Exercise: Out of the material that follows, write out exactly the lines from the line with "#240=PLANE('',#239);" to the line with "#247=FACE_BOUND('',#246,.F.);", both ends included, and no others.

▬▬▬

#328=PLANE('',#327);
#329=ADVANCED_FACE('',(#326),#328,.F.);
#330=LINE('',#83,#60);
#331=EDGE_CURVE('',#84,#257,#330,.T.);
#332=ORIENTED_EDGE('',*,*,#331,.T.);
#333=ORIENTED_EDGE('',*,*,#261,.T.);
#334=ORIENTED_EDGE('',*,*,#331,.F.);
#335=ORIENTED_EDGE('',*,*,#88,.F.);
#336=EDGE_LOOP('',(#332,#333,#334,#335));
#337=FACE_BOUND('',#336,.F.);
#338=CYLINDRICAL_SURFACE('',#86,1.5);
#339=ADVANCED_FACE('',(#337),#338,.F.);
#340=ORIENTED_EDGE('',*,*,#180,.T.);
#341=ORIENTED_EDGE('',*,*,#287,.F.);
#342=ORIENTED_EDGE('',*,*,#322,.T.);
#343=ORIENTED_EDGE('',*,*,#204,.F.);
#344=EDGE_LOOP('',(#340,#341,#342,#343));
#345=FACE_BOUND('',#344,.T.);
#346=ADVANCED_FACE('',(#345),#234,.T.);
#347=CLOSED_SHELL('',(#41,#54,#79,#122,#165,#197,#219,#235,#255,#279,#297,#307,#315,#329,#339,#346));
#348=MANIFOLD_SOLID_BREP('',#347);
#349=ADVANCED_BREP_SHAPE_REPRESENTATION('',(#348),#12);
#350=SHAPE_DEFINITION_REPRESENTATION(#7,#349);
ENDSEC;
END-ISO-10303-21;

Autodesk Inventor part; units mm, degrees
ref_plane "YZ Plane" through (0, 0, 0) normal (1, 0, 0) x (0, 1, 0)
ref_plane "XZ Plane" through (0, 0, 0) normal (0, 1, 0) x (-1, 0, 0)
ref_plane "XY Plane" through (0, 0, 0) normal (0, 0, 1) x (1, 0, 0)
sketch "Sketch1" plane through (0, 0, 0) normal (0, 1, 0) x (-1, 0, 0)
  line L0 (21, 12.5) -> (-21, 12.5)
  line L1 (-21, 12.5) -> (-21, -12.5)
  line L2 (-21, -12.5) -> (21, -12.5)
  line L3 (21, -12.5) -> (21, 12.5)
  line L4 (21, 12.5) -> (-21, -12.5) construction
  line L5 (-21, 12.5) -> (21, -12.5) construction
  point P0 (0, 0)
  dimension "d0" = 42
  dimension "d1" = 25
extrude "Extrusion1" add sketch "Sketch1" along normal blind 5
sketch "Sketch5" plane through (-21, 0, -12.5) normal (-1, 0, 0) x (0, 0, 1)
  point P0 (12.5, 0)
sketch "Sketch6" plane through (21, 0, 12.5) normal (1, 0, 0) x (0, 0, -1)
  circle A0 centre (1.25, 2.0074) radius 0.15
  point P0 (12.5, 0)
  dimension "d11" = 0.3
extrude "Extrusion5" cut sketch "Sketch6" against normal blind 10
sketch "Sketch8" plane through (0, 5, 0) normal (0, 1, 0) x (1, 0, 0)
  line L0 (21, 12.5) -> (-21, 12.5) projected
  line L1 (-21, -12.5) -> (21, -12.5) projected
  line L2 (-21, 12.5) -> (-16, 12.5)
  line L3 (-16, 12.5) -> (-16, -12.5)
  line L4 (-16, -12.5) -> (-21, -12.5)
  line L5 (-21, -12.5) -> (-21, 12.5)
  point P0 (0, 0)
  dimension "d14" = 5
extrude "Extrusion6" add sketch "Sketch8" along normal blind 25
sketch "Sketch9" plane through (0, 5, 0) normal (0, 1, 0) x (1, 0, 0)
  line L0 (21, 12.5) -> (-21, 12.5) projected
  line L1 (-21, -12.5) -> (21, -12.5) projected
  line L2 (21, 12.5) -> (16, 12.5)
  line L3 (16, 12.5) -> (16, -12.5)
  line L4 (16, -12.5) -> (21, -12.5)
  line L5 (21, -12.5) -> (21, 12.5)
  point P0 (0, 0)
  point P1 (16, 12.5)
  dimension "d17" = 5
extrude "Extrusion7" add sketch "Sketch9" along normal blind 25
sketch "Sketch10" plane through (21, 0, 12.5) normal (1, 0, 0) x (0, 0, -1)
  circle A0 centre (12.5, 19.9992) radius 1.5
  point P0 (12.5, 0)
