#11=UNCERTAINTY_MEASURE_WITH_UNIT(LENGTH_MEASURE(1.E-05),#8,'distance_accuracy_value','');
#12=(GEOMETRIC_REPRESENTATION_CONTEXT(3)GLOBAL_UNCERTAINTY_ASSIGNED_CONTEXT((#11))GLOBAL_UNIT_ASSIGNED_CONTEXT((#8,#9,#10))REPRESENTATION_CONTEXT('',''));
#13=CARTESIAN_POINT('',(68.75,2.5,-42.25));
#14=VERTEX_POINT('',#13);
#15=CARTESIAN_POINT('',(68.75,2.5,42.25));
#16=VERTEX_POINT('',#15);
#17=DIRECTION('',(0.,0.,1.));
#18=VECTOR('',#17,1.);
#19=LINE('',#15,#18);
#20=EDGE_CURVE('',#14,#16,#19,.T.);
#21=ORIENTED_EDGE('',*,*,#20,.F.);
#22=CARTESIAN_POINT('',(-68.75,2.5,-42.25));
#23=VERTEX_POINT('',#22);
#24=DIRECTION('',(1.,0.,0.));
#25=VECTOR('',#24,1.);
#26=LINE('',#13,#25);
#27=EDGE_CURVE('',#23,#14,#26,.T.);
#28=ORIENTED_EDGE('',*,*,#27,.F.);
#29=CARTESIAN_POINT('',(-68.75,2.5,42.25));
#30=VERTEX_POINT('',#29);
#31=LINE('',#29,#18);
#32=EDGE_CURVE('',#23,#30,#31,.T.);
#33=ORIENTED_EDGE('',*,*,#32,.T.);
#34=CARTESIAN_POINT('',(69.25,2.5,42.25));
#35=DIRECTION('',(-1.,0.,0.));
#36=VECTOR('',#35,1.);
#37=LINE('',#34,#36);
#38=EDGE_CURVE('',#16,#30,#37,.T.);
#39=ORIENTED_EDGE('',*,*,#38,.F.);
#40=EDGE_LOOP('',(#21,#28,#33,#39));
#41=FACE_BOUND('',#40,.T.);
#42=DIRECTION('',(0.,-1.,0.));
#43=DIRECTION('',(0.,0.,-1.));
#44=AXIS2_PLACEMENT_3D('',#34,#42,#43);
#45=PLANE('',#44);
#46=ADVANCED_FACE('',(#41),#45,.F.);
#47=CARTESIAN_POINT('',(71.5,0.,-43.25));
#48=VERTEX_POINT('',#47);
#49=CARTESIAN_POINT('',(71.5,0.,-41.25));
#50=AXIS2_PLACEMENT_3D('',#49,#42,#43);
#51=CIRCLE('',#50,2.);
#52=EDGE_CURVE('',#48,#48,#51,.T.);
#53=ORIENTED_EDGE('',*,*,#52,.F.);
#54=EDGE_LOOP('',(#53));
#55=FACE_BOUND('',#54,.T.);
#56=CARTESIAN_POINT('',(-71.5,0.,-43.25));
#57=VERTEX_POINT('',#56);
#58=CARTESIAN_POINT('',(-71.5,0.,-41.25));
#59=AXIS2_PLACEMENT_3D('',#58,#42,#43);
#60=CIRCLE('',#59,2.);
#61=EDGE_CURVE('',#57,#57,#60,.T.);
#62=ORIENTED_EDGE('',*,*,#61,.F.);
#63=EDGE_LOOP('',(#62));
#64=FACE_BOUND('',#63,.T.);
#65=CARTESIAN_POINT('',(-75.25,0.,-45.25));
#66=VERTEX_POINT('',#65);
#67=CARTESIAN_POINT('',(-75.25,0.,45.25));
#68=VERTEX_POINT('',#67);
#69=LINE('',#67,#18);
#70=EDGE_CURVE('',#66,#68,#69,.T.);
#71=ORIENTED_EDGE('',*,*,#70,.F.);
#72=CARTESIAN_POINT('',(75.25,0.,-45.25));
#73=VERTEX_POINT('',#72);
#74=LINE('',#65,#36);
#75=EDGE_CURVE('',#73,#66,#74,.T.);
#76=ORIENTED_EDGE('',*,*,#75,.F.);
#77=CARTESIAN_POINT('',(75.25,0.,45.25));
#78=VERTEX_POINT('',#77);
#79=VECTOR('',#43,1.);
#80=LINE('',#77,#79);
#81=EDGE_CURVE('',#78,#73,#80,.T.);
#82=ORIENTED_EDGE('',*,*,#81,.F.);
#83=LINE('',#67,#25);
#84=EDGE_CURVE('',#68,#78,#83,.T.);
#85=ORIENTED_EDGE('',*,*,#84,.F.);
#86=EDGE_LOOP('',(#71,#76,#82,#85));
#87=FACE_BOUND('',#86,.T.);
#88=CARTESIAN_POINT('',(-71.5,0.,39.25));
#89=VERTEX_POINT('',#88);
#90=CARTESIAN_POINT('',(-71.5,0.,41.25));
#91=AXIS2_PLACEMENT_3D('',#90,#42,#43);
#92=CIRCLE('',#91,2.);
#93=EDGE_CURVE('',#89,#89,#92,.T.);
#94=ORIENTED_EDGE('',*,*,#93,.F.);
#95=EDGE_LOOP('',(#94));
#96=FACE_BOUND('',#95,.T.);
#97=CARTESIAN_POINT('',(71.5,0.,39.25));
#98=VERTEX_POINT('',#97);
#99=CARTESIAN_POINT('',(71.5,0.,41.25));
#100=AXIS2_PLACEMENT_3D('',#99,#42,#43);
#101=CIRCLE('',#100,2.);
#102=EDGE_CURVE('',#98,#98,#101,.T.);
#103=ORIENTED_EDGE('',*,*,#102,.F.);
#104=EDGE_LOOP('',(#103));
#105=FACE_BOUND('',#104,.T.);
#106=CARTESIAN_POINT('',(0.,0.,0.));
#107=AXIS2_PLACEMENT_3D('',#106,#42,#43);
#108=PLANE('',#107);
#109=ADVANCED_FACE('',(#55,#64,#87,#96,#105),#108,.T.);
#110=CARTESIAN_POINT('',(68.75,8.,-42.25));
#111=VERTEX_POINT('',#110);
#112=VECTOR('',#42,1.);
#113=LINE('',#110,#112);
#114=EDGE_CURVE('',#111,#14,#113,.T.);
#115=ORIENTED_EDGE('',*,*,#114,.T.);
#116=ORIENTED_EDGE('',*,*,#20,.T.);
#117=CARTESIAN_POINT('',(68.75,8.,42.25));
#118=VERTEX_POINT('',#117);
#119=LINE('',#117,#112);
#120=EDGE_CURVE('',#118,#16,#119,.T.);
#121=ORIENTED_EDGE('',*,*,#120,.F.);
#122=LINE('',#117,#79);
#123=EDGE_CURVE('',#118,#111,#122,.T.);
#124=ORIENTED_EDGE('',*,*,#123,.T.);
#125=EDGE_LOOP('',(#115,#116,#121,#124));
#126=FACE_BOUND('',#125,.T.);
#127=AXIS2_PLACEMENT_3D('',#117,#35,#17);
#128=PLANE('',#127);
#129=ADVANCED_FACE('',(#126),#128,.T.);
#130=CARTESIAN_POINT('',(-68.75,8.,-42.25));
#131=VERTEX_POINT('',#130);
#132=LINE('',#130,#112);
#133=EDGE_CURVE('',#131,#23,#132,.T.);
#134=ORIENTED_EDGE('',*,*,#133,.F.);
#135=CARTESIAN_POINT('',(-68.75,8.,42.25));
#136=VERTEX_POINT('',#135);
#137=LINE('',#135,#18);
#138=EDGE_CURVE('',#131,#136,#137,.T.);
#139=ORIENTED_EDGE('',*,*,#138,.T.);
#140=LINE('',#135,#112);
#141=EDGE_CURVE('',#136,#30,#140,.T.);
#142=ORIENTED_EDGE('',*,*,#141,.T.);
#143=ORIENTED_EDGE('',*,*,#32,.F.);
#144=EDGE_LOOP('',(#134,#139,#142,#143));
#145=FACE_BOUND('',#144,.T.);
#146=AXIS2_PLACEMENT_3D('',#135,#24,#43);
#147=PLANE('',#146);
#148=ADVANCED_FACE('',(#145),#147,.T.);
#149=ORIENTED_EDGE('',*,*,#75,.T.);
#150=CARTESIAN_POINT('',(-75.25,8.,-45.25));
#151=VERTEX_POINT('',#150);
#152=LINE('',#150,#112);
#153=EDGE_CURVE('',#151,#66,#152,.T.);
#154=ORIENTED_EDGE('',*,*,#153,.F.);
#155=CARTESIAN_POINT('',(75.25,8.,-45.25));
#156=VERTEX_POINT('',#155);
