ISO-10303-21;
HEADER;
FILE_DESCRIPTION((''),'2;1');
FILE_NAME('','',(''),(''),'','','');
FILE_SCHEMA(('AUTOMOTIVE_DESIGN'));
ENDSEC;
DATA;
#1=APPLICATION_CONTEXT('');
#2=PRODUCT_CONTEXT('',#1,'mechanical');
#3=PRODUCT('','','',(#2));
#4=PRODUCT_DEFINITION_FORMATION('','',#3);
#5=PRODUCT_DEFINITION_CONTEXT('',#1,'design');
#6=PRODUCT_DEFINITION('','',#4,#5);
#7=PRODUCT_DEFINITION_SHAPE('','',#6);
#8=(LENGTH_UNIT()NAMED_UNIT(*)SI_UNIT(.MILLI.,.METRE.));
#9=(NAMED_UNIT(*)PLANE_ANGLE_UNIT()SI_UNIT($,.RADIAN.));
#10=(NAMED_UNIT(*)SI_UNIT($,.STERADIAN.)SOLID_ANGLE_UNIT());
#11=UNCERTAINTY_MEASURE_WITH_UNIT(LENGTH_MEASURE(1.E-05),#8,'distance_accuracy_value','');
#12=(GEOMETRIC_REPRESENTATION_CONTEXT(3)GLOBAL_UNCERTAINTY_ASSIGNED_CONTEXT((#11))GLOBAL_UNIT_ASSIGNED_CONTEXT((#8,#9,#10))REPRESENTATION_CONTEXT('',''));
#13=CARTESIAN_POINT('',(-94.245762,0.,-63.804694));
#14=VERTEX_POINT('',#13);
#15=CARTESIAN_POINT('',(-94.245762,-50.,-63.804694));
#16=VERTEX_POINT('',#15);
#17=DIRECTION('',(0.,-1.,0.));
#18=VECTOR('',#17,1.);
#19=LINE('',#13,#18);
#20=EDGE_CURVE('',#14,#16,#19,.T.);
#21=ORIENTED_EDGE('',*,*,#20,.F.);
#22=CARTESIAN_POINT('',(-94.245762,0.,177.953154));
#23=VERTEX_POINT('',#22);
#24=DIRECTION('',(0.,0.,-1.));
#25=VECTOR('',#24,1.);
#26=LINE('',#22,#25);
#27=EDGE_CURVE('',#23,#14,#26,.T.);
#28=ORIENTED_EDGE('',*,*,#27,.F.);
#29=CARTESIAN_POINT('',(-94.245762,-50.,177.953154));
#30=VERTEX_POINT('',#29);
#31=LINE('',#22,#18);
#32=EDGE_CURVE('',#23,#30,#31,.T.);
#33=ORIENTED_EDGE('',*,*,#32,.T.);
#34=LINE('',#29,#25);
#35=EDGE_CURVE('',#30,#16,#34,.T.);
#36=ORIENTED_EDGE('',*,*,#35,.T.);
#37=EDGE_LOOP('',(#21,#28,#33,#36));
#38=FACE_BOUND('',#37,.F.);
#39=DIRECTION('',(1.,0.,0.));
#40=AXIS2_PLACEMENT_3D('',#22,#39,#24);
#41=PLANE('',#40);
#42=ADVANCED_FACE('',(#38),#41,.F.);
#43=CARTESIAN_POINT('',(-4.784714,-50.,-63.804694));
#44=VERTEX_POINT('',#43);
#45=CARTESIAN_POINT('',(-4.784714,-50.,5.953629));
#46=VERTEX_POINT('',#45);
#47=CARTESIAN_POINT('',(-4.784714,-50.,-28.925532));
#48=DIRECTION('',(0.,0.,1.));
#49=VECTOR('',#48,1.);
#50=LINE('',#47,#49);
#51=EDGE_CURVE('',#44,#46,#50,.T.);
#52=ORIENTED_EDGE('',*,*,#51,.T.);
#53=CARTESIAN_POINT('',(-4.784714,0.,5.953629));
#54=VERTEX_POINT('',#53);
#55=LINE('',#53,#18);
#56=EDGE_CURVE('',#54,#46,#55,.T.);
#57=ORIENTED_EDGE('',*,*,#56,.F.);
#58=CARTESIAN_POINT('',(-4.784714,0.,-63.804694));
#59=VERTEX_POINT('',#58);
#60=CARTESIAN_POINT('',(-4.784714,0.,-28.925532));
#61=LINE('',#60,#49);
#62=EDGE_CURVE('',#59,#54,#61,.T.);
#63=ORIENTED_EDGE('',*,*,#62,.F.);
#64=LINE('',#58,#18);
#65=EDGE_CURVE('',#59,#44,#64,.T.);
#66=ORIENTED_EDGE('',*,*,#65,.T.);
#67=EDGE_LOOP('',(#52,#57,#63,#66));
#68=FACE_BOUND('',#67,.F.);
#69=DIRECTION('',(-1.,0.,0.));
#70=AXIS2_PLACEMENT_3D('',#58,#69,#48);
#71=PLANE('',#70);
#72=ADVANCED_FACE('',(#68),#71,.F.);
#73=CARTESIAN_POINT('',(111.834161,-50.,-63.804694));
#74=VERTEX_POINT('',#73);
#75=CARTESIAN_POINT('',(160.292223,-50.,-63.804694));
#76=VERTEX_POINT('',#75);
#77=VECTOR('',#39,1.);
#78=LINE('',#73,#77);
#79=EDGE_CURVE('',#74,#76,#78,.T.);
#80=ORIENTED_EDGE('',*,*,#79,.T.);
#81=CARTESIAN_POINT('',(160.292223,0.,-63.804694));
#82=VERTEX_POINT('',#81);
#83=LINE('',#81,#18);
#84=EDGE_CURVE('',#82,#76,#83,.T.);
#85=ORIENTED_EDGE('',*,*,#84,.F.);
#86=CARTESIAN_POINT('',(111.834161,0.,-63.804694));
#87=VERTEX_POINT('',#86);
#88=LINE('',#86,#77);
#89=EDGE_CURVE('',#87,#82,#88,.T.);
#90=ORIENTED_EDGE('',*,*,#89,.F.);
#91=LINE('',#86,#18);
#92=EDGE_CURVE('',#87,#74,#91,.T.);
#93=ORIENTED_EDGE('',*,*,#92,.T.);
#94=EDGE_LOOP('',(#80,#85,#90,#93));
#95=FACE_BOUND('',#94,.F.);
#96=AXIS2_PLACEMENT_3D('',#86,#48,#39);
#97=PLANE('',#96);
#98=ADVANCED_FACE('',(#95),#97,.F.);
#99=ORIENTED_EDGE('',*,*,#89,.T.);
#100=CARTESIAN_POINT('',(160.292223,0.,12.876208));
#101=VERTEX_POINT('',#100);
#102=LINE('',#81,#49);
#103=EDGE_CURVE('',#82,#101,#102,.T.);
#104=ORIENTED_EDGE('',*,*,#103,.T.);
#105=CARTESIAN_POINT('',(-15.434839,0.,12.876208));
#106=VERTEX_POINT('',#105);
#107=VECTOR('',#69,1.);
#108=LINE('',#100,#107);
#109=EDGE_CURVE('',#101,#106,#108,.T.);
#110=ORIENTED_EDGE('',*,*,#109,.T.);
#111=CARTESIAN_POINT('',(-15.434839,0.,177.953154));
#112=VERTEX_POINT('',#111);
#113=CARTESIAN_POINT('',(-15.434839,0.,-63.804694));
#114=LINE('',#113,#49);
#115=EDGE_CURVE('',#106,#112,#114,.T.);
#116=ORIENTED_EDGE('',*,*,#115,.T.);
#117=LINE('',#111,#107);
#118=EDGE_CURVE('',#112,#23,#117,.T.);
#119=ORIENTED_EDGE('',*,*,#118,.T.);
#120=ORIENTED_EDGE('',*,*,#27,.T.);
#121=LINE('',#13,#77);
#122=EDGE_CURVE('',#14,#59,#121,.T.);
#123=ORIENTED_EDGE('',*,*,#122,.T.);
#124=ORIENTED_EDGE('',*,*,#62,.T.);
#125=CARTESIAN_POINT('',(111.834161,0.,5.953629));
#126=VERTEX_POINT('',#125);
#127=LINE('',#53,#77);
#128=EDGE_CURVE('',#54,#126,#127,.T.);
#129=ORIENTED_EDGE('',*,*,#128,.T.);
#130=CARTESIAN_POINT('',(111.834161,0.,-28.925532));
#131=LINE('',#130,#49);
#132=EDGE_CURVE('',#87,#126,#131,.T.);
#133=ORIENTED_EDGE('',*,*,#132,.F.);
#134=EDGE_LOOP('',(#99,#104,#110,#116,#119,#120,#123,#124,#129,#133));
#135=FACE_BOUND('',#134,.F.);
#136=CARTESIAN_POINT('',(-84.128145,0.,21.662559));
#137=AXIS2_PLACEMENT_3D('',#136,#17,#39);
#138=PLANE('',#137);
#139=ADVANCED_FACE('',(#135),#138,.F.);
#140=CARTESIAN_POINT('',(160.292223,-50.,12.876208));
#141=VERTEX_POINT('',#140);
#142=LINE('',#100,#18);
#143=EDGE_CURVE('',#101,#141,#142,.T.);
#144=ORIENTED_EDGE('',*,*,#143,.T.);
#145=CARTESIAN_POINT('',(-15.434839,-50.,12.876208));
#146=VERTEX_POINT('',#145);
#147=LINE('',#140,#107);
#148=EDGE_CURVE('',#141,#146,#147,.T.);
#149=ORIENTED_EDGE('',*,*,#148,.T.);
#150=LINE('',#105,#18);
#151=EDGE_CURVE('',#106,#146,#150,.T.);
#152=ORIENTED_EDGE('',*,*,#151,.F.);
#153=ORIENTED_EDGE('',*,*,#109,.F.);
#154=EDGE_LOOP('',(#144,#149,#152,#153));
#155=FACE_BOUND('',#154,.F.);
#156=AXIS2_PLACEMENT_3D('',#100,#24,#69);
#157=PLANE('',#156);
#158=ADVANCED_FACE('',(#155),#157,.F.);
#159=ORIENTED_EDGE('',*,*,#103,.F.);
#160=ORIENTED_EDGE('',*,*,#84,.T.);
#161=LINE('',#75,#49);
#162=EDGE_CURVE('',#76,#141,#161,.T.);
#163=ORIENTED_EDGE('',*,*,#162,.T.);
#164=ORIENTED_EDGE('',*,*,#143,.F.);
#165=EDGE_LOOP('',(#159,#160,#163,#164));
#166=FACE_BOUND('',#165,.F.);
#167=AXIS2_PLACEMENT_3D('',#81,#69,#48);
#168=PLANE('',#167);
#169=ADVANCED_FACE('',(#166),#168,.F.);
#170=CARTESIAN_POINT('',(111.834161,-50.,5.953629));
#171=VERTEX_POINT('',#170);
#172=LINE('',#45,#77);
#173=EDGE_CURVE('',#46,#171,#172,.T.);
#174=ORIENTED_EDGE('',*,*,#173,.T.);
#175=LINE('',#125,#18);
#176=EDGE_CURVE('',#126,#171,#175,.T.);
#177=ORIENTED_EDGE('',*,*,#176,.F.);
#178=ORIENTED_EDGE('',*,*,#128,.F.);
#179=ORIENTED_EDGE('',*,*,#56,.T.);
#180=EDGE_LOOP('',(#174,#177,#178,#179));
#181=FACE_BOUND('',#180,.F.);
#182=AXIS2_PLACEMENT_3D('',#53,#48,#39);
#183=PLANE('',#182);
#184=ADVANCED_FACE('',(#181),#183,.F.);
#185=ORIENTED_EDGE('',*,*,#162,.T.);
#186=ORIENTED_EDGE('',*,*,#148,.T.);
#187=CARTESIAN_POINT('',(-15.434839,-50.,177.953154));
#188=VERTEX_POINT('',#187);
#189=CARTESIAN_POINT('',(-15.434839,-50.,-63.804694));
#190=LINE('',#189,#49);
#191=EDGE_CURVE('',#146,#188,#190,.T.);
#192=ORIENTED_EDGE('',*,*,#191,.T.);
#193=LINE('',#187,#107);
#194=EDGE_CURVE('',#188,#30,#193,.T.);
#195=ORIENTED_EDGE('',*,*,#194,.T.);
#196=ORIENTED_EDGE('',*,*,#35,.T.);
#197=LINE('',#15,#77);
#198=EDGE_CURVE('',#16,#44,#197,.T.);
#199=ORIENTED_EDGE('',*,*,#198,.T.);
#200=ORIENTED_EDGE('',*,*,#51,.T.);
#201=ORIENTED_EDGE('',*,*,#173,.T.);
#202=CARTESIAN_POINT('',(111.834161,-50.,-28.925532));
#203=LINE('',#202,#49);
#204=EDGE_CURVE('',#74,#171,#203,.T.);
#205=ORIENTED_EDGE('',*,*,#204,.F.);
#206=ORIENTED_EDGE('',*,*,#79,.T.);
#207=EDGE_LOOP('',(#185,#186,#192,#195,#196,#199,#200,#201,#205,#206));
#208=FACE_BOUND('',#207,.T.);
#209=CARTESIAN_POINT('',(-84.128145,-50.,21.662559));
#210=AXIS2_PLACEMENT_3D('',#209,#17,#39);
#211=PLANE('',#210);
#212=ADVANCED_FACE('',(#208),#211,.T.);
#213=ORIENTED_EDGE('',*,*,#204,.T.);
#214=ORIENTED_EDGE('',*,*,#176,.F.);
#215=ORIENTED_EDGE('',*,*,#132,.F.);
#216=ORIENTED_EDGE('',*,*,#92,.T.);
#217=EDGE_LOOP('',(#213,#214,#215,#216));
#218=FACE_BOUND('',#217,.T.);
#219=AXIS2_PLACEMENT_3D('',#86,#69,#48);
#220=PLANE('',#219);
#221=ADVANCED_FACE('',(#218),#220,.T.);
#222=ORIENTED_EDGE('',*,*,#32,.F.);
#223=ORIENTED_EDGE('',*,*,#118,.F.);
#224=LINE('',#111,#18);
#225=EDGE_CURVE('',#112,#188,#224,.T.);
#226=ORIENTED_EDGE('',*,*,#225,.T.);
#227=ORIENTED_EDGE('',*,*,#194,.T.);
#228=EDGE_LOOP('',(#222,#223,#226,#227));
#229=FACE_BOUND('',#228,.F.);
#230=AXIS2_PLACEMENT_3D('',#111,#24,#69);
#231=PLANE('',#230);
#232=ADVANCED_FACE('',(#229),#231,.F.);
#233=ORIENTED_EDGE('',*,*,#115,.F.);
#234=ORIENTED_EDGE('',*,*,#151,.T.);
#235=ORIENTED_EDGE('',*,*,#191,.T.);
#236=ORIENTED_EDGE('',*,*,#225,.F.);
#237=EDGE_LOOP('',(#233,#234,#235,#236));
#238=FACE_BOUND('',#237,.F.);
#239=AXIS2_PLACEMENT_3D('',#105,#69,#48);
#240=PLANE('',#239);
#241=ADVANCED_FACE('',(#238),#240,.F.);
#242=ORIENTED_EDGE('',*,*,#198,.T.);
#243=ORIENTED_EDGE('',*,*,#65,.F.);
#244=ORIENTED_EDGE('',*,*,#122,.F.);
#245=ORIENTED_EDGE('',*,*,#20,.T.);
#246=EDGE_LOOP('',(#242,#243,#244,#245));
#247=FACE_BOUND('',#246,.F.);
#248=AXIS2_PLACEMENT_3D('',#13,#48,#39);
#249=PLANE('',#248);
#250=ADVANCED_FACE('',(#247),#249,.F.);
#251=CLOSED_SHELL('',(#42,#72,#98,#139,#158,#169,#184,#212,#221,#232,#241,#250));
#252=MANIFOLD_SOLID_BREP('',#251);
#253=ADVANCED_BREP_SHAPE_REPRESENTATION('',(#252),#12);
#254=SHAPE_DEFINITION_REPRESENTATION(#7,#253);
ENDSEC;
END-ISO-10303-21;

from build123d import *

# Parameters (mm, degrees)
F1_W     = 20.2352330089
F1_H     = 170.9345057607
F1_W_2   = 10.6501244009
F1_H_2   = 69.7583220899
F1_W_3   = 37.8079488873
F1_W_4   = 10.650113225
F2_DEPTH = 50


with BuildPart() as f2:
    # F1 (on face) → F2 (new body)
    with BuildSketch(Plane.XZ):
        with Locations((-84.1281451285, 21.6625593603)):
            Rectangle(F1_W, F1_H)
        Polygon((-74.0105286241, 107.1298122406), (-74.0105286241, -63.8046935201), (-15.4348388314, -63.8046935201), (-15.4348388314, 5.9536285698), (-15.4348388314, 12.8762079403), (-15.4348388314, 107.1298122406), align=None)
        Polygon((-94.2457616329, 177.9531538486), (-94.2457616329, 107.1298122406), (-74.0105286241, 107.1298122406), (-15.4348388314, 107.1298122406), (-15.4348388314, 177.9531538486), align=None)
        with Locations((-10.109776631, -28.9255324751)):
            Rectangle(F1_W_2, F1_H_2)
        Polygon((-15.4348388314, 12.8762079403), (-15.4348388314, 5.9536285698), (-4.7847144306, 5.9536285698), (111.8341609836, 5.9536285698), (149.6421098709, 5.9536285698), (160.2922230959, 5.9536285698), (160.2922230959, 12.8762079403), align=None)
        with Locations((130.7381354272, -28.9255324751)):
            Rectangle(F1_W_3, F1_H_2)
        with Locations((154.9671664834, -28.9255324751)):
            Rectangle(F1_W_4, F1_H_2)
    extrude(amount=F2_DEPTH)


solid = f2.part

▬▬▬

Your response:
#240=PLANE('',#239);
#241=ADVANCED_FACE('',(#238),#240,.F.);
#242=ORIENTED_EDGE('',*,*,#198,.T.);
#243=ORIENTED_EDGE('',*,*,#65,.F.);
#244=ORIENTED_EDGE('',*,*,#122,.F.);
#245=ORIENTED_EDGE('',*,*,#20,.T.);
#246=EDGE_LOOP('',(#242,#243,#244,#245));
#247=FACE_BOUND('',#246,.F.);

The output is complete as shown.